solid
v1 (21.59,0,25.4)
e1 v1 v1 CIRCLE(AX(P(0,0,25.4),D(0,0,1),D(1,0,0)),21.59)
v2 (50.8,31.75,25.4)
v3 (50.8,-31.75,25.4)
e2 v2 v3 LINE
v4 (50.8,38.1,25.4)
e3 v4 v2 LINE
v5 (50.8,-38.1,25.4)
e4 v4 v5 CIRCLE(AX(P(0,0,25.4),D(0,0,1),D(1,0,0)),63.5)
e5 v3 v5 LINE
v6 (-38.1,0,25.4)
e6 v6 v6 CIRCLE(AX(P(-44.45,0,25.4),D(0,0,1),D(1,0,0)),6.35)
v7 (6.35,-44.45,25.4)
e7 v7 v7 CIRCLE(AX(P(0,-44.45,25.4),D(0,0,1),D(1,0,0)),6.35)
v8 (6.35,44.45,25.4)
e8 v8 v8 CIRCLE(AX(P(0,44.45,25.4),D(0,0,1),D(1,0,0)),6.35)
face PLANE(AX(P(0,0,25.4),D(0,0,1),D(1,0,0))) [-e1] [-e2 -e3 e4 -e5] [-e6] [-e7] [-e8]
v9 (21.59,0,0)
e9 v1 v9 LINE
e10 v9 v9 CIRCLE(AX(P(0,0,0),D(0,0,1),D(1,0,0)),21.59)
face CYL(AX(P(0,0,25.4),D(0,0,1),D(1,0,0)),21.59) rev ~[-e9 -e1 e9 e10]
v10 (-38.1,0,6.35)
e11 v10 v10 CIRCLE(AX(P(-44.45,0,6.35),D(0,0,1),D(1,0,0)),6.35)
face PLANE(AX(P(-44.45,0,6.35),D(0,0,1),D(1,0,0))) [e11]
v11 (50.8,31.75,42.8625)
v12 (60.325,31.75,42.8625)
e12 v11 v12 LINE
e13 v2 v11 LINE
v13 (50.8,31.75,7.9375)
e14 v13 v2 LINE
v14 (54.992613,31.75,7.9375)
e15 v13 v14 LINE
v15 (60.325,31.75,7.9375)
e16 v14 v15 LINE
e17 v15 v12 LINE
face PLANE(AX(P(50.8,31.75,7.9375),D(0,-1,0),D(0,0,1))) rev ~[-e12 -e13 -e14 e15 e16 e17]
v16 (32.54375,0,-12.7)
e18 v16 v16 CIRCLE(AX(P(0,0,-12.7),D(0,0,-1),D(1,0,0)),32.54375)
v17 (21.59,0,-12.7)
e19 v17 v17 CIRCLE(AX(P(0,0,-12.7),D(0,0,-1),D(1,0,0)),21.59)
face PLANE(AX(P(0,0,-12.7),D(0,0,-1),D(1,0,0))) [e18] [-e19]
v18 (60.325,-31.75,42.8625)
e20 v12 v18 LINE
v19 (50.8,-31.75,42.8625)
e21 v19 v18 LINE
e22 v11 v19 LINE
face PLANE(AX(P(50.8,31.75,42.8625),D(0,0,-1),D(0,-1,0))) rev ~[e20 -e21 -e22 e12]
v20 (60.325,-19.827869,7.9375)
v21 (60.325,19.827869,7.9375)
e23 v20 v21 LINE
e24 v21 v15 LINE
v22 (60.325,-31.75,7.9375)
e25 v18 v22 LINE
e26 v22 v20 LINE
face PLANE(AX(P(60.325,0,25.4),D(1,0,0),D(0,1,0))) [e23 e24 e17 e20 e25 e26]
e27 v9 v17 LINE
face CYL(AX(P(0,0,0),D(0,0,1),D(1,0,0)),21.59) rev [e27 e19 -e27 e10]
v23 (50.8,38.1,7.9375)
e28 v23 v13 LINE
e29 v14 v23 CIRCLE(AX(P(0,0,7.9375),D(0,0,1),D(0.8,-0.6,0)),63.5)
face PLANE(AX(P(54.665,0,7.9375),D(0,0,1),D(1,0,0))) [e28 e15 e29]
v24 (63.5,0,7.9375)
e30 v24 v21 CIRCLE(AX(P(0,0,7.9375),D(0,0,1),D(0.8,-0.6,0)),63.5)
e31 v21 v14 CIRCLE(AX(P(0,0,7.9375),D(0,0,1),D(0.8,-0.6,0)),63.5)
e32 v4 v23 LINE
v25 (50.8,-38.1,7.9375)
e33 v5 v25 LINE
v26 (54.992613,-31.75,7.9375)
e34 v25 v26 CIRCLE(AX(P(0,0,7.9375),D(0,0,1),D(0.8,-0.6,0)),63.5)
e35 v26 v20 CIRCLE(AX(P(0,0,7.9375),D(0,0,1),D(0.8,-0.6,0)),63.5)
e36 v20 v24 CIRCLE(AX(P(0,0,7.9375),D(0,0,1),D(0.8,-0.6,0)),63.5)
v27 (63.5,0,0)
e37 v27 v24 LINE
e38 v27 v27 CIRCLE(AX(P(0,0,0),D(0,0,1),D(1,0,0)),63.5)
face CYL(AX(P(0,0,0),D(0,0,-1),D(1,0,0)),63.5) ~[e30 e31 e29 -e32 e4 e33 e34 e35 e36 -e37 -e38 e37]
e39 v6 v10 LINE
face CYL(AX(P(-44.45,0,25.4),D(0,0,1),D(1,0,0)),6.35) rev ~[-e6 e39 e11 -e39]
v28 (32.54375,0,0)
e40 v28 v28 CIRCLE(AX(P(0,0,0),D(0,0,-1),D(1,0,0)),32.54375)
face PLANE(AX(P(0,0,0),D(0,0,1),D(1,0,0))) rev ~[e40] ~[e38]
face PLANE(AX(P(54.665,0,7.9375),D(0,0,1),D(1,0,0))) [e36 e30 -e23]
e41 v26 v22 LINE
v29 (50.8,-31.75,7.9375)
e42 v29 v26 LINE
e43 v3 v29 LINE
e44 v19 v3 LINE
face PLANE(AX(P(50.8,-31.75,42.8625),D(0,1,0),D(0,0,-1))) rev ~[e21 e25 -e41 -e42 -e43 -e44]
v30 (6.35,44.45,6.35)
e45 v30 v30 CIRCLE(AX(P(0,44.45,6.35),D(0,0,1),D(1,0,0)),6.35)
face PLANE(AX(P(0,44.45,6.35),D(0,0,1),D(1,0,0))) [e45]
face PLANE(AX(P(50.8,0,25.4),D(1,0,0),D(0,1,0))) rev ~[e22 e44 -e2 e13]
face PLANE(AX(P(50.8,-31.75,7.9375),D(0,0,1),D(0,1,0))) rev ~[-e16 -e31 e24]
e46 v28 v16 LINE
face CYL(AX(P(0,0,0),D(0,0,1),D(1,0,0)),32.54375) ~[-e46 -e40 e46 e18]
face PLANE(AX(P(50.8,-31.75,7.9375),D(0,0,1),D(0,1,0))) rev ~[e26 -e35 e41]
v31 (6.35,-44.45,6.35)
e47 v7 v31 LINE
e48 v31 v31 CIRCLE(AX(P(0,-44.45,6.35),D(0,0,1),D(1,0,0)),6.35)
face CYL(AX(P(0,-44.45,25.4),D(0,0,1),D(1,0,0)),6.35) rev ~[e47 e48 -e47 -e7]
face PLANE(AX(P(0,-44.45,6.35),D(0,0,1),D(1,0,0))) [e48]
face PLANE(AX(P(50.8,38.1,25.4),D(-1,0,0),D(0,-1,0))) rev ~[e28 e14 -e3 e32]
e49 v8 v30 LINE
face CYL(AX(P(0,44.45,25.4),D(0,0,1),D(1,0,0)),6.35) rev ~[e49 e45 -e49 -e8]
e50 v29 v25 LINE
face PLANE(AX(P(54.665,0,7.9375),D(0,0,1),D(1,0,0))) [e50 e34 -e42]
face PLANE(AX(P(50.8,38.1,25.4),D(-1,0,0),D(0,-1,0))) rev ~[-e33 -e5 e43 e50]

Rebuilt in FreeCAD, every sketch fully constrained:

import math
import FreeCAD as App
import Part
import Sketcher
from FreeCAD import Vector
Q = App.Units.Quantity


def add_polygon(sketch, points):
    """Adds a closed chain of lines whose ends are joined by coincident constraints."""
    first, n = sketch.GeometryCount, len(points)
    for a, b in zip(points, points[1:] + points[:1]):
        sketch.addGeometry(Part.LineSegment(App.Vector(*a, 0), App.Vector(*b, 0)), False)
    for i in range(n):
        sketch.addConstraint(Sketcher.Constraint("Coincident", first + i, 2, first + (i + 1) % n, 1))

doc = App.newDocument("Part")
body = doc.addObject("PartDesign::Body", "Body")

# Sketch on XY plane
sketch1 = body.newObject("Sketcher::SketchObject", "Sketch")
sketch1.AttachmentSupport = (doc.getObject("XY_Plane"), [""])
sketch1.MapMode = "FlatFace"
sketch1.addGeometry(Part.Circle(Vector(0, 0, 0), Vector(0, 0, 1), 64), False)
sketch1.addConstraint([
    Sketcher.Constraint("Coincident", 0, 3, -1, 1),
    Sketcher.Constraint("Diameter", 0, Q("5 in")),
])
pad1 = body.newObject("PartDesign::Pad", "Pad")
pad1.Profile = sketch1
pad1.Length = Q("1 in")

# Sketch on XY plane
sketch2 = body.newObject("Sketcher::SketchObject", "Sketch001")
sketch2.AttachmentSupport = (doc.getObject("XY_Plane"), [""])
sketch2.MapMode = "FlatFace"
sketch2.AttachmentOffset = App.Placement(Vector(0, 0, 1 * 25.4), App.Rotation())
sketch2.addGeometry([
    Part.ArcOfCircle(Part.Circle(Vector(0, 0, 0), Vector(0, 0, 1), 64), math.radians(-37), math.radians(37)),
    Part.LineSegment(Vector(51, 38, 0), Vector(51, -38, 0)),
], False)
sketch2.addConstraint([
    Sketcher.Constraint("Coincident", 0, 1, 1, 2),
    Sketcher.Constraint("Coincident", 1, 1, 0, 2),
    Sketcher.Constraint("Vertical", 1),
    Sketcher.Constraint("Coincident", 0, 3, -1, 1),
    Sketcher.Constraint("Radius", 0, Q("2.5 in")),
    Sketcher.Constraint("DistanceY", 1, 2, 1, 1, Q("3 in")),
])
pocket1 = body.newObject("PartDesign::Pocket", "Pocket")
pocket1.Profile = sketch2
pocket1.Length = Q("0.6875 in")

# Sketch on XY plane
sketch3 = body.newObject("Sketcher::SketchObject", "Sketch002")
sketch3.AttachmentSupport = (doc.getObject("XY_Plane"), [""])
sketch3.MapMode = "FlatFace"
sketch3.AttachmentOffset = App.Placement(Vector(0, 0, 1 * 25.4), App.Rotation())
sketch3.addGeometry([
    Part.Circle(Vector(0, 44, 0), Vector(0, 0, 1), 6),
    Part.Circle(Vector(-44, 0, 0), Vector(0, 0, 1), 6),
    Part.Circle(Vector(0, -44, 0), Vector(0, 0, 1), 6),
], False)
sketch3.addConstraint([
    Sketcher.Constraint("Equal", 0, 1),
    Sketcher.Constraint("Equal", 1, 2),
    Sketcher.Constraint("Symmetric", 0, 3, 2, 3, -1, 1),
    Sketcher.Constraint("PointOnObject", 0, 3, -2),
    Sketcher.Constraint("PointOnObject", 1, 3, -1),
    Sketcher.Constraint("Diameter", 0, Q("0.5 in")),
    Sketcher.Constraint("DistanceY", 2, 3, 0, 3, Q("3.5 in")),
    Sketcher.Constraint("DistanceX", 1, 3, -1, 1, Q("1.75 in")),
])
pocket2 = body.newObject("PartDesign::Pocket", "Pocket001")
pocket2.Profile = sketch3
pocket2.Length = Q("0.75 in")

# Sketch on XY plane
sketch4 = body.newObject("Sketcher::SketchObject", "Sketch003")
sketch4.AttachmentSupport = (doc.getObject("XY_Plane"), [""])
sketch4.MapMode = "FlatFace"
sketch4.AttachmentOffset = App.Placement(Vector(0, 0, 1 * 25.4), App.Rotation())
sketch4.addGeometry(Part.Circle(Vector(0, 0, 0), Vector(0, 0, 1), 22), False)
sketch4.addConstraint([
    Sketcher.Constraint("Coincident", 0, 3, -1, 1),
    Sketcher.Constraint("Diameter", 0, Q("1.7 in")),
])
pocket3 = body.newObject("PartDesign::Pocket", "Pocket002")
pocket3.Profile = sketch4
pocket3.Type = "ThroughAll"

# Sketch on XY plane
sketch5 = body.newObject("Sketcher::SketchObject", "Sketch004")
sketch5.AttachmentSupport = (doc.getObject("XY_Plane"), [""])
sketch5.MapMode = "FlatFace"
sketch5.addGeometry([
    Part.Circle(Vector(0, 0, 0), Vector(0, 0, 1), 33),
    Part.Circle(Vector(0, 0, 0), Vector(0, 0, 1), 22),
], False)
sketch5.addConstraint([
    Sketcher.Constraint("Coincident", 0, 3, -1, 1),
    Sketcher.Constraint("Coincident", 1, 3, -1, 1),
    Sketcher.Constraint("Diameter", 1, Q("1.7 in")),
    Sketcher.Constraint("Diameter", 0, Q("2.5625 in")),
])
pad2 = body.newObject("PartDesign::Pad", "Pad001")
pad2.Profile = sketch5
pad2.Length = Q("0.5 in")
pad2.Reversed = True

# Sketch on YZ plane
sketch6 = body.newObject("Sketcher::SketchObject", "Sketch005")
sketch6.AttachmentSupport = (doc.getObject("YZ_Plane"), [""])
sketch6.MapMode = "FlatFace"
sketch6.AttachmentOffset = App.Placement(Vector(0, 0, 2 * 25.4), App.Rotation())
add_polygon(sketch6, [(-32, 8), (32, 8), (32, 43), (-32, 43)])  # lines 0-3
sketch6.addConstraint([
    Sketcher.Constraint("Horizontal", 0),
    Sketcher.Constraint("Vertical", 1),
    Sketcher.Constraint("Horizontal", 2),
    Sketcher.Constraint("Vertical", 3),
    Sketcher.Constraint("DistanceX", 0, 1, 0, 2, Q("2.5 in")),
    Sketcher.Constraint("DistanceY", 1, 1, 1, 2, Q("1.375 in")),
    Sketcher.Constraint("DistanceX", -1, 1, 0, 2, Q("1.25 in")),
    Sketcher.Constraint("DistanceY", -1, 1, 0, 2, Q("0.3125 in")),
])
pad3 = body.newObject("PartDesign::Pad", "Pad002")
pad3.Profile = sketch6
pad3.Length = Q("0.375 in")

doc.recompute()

**Exercise objective**: An exact copy of the lines above between the line holding "e25 v18 v22 LINE" and the line holding "v24 (63.5,0,7.9375)", inclusive, is the whole answer.

**Completed task**:
e25 v18 v22 LINE
e26 v22 v20 LINE
face PLANE(AX(P(60.325,0,25.4),D(1,0,0),D(0,1,0))) [e23 e24 e17 e20 e25 e26]
e27 v9 v17 LINE
face CYL(AX(P(0,0,0),D(0,0,1),D(1,0,0)),21.59) rev [e27 e19 -e27 e10]
v23 (50.8,38.1,7.9375)
e28 v23 v13 LINE
e29 v14 v23 CIRCLE(AX(P(0,0,7.9375),D(0,0,1),D(0.8,-0.6,0)),63.5)
face PLANE(AX(P(54.665,0,7.9375),D(0,0,1),D(1,0,0))) [e28 e15 e29]
v24 (63.5,0,7.9375)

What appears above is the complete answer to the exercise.